Ход больших чисел (Фантастика Серебряного века. Том II) - Ольшанский Григорий Николаевич (читаем книги бесплатно .txt) 📗
— Мне втрое меньше лет, профессор, а сердце мое крепко, как вот эта мраморная доска стола. И я предлагаю вам себя для этого опыта.
— Повторите еще раз то, что вы сказали, — дрожащим голосом промолвил профессор.
— Я предлагаю вам себя для завершения ваших опытов.
— Я желаю слышать это еще и в третий раз, если это серьезно.
— Это вполне серьезно, и я повторяю это в третий раз.
— Достаточно ли вы обдумали то обстоятельство, что ни на одном человеческом существе мое средство не испытано, и вы будете первым?
— О, профессор, уверяю вас, что, если бы оно было испытано, и я был бы вторым, это меня не соблазнило бы. Если я что особенно ценю здесь, так это первенство.

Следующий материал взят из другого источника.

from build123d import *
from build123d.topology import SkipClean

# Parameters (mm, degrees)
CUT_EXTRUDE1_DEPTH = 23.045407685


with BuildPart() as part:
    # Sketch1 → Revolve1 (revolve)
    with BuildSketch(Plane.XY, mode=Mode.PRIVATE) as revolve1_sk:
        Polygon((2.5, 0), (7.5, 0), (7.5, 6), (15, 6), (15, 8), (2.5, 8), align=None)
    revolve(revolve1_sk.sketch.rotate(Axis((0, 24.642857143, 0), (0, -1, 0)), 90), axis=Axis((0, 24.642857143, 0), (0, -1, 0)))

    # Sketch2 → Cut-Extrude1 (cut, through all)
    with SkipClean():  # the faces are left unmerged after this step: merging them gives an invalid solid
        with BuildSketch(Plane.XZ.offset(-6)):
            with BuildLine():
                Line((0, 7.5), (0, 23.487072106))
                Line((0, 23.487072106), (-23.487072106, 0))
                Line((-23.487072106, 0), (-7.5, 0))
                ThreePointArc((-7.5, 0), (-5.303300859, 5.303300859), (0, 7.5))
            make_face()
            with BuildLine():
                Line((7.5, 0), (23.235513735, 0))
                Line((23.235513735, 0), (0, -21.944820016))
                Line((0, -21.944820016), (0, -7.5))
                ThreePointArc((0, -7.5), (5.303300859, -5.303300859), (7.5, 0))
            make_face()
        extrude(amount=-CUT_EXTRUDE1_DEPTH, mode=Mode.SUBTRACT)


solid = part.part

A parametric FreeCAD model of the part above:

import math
import FreeCAD as App
import Part
import Sketcher


def add_polygon(sketch, points):
    """Adds a closed chain of lines whose ends are joined by coincident constraints."""
    first, n = sketch.GeometryCount, len(points)
    for a, b in zip(points, points[1:] + points[:1]):
        sketch.addGeometry(Part.LineSegment(App.Vector(*a, 0), App.Vector(*b, 0)), False)
    for i in range(n):
        sketch.addConstraint(Sketcher.Constraint("Coincident", first + i, 2, first + (i + 1) % n, 1))

doc = App.newDocument("Part")
body = doc.addObject("PartDesign::Body", "Body")

sketch1 = body.newObject("Sketcher::SketchObject", "Sketch")
sketch1.AttachmentSupport = (doc.getObject("XY_Plane"), [""])
sketch1.MapMode = "FlatFace"
add_polygon(sketch1, [(2.5, 0), (7.5, 0), (7.5, 6), (15, 6), (15, 8), (2.5, 8)])
sketch1.addConstraint(Sketcher.Constraint("Horizontal", 0))
sketch1.addConstraint(Sketcher.Constraint("Vertical", 1))
sketch1.addConstraint(Sketcher.Constraint("Horizontal", 2))
sketch1.addConstraint(Sketcher.Constraint("Vertical", 3))
sketch1.addConstraint(Sketcher.Constraint("Horizontal", 4))
sketch1.addConstraint(Sketcher.Constraint("Vertical", 5))
sketch1.addConstraint(Sketcher.Constraint("PointOnObject", 0, 2, -1))
sketch1.addConstraint(Sketcher.Constraint("DistanceX", 0, 1, 0, 2, 5.0))
sketch1.addConstraint(Sketcher.Constraint("DistanceY", 1, 1, 1, 2, 6.0))
sketch1.addConstraint(Sketcher.Constraint("DistanceY", 3, 1, 3, 2, 2.0))
sketch1.addConstraint(Sketcher.Constraint("DistanceX", 2, 1, 2, 2, 7.5))
sketch1.addConstraint(Sketcher.Constraint("DistanceX", -1, 1, 2, 2, 15.0))
revolution = body.newObject("PartDesign::Revolution", "Revolution")
revolution.Profile = sketch1
revolution.ReferenceAxis = (sketch1, ["V_Axis"])
revolution.Angle = 360

sketch2 = body.newObject("Sketcher::SketchObject", "Sketch001")
sketch2.AttachmentSupport = (doc.getObject("XZ_Plane"), [""])
sketch2.MapMode = "FlatFace"
sketch2.AttachmentOffset = App.Placement(App.Vector(0, 0, -6), App.Rotation())
sketch2.addGeometry(Part.LineSegment(App.Vector(0, 8, 0), App.Vector(0, 23, 0)), False)
sketch2.addGeometry(Part.LineSegment(App.Vector(0, 23, 0), App.Vector(-23, 0, 0)), False)
sketch2.addGeometry(Part.LineSegment(App.Vector(-23, 0, 0), App.Vector(-8, 0, 0)), False)
sketch2.addGeometry(Part.ArcOfCircle(Part.Circle(App.Vector(0, 0, 0), App.Vector(0, 0, 1), 8), math.radians(90), math.radians(180)), False)
sketch2.addGeometry(Part.LineSegment(App.Vector(23, 0, 0), App.Vector(8, 0, 0)), False)
sketch2.addGeometry(Part.ArcOfCircle(Part.Circle(App.Vector(0, 0, 0), App.Vector(0, 0, 1), 8), math.radians(-90), math.radians(0)), False)
sketch2.addGeometry(Part.LineSegment(App.Vector(0, -8, 0), App.Vector(0, -22, 0)), False)
sketch2.addGeometry(Part.LineSegment(App.Vector(0, -22, 0), App.Vector(23, 0, 0)), False)
sketch2.addConstraint(Sketcher.Constraint("Coincident", 0, 2, 1, 1))
sketch2.addConstraint(Sketcher.Constraint("Coincident", 1, 2, 2, 1))
sketch2.addConstraint(Sketcher.Constraint("Coincident", 2, 2, 3, 2))
sketch2.addConstraint(Sketcher.Constraint("Coincident", 3, 1, 0, 1))
sketch2.addConstraint(Sketcher.Constraint("Coincident", 4, 2, 5, 2))
sketch2.addConstraint(Sketcher.Constraint("Coincident", 5, 1, 6, 1))
sketch2.addConstraint(Sketcher.Constraint("Coincident", 6, 2, 7, 1))
sketch2.addConstraint(Sketcher.Constraint("Coincident", 7, 2, 4, 1))
sketch2.addConstraint(Sketcher.Constraint("Vertical", 0))
sketch2.addConstraint(Sketcher.Constraint("Horizontal", 2))
sketch2.addConstraint(Sketcher.Constraint("Horizontal", 4))
sketch2.addConstraint(Sketcher.Constraint("Vertical", 6))
sketch2.addConstraint(Sketcher.Constraint("Coincident", 3, 3, -1, 1))
sketch2.addConstraint(Sketcher.Constraint("Coincident", 5, 3, -1, 1))
sketch2.addConstraint(Sketcher.Constraint("Equal", 3, 5))
sketch2.addConstraint(Sketcher.Constraint("PointOnObject", 0, 2, -2))
sketch2.addConstraint(Sketcher.Constraint("PointOnObject", 1, 2, -1))
sketch2.addConstraint(Sketcher.Constraint("PointOnObject", 4, 2, -1))
sketch2.addConstraint(Sketcher.Constraint("PointOnObject", 5, 1, -2))
sketch2.addConstraint(Sketcher.Constraint("Equal", 2, 0))
sketch2.addConstraint(Sketcher.Constraint("Radius", 3, 7.5))
sketch2.addConstraint(Sketcher.Constraint("DistanceY", 6, 2, 6, 1, 14.44482))
sketch2.addConstraint(Sketcher.Constraint("DistanceX", 2, 1, 2, 2, 15.987072))
sketch2.addConstraint(Sketcher.Constraint("DistanceX", 4, 2, 4, 1, 15.735514))
pocket1 = body.newObject("PartDesign::Pocket", "Pocket")
pocket1.Profile = sketch2
pocket1.Type = "ThroughAll"

doc.recompute()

— В таком случае… в таком случае, я не знаю, как и приветствовать вас. Приходите ко мне, когда вам угодно, я живу на этой же улице, три дома отсюда, номер семнадцатый.
Он поднялся, схватил обеими руками большую сильную руку Макса и крепко потряс ее, а в глазах его сияла радость.
— Вот, — сказал он, взяв свой высокий кубок, — я пью это за ваше здоровье, в честь смелого человека, благодаря смелости которого человечество получит продление жизни, а может быть, и бессмертие!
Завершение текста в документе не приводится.